(Saved data entries)
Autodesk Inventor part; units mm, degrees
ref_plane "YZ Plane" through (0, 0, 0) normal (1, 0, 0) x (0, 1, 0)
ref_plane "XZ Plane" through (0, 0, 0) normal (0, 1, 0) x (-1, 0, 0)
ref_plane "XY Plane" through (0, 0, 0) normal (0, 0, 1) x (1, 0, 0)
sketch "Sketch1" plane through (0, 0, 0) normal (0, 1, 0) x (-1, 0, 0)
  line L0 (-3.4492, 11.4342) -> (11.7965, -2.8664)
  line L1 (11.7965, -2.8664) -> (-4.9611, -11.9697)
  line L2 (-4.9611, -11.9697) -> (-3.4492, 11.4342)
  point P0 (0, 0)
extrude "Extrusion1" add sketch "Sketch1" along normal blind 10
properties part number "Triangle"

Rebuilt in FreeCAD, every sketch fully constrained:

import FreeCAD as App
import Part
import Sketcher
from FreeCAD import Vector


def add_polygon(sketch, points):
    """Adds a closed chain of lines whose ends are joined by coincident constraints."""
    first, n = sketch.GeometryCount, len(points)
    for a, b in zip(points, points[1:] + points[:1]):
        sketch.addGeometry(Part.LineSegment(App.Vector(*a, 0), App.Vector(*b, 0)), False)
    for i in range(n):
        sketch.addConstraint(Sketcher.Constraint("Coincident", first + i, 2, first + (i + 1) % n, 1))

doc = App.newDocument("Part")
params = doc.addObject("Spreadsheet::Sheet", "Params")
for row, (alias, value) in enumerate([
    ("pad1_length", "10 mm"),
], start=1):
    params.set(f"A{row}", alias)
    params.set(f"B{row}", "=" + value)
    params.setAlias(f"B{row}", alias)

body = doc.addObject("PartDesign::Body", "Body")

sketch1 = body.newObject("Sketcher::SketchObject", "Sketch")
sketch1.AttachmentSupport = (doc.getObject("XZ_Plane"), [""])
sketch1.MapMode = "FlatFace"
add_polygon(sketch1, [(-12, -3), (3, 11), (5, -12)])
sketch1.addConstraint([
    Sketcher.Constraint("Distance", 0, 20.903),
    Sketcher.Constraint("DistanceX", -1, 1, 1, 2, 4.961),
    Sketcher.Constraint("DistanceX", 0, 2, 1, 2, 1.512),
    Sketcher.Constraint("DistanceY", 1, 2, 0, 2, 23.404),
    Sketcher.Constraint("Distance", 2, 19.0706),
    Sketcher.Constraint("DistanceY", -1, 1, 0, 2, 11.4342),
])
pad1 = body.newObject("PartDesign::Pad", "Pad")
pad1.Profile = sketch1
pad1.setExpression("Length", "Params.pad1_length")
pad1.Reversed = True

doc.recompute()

WHAT IS NEEDED
Restate every record verbatim.

RESULT OF THIS TASK
Autodesk Inventor part; units mm, degrees
ref_plane "YZ Plane" through (0, 0, 0) normal (1, 0, 0) x (0, 1, 0)
ref_plane "XZ Plane" through (0, 0, 0) normal (0, 1, 0) x (-1, 0, 0)
ref_plane "XY Plane" through (0, 0, 0) normal (0, 0, 1) x (1, 0, 0)
sketch "Sketch1" plane through (0, 0, 0) normal (0, 1, 0) x (-1, 0, 0)
  line L0 (-3.4492, 11.4342) -> (11.7965, -2.8664)
  line L1 (11.7965, -2.8664) -> (-4.9611, -11.9697)
  line L2 (-4.9611, -11.9697) -> (-3.4492, 11.4342)
  point P0 (0, 0)
extrude "Extrusion1" add sketch "Sketch1" along normal blind 10
properties part number "Triangle"

Rebuilt in FreeCAD, every sketch fully constrained:

import FreeCAD as App
import Part
import Sketcher
from FreeCAD import Vector


def add_polygon(sketch, points):
    """Adds a closed chain of lines whose ends are joined by coincident constraints."""
    first, n = sketch.GeometryCount, len(points)
    for a, b in zip(points, points[1:] + points[:1]):
        sketch.addGeometry(Part.LineSegment(App.Vector(*a, 0), App.Vector(*b, 0)), False)
    for i in range(n):
        sketch.addConstraint(Sketcher.Constraint("Coincident", first + i, 2, first + (i + 1) % n, 1))

doc = App.newDocument("Part")
params = doc.addObject("Spreadsheet::Sheet", "Params")
for row, (alias, value) in enumerate([
    ("pad1_length", "10 mm"),
], start=1):
    params.set(f"A{row}", alias)
    params.set(f"B{row}", "=" + value)
    params.setAlias(f"B{row}", alias)

body = doc.addObject("PartDesign::Body", "Body")

sketch1 = body.newObject("Sketcher::SketchObject", "Sketch")
sketch1.AttachmentSupport = (doc.getObject("XZ_Plane"), [""])
sketch1.MapMode = "FlatFace"
add_polygon(sketch1, [(-12, -3), (3, 11), (5, -12)])
sketch1.addConstraint([
    Sketcher.Constraint("Distance", 0, 20.903),
    Sketcher.Constraint("DistanceX", -1, 1, 1, 2, 4.961),
    Sketcher.Constraint("DistanceX", 0, 2, 1, 2, 1.512),
    Sketcher.Constraint("DistanceY", 1, 2, 0, 2, 23.404),
    Sketcher.Constraint("Distance", 2, 19.0706),
    Sketcher.Constraint("DistanceY", -1, 1, 0, 2, 11.4342),
])
pad1 = body.newObject("PartDesign::Pad", "Pad")
pad1.Profile = sketch1
pad1.setExpression("Length", "Params.pad1_length")
pad1.Reversed = True

doc.recompute()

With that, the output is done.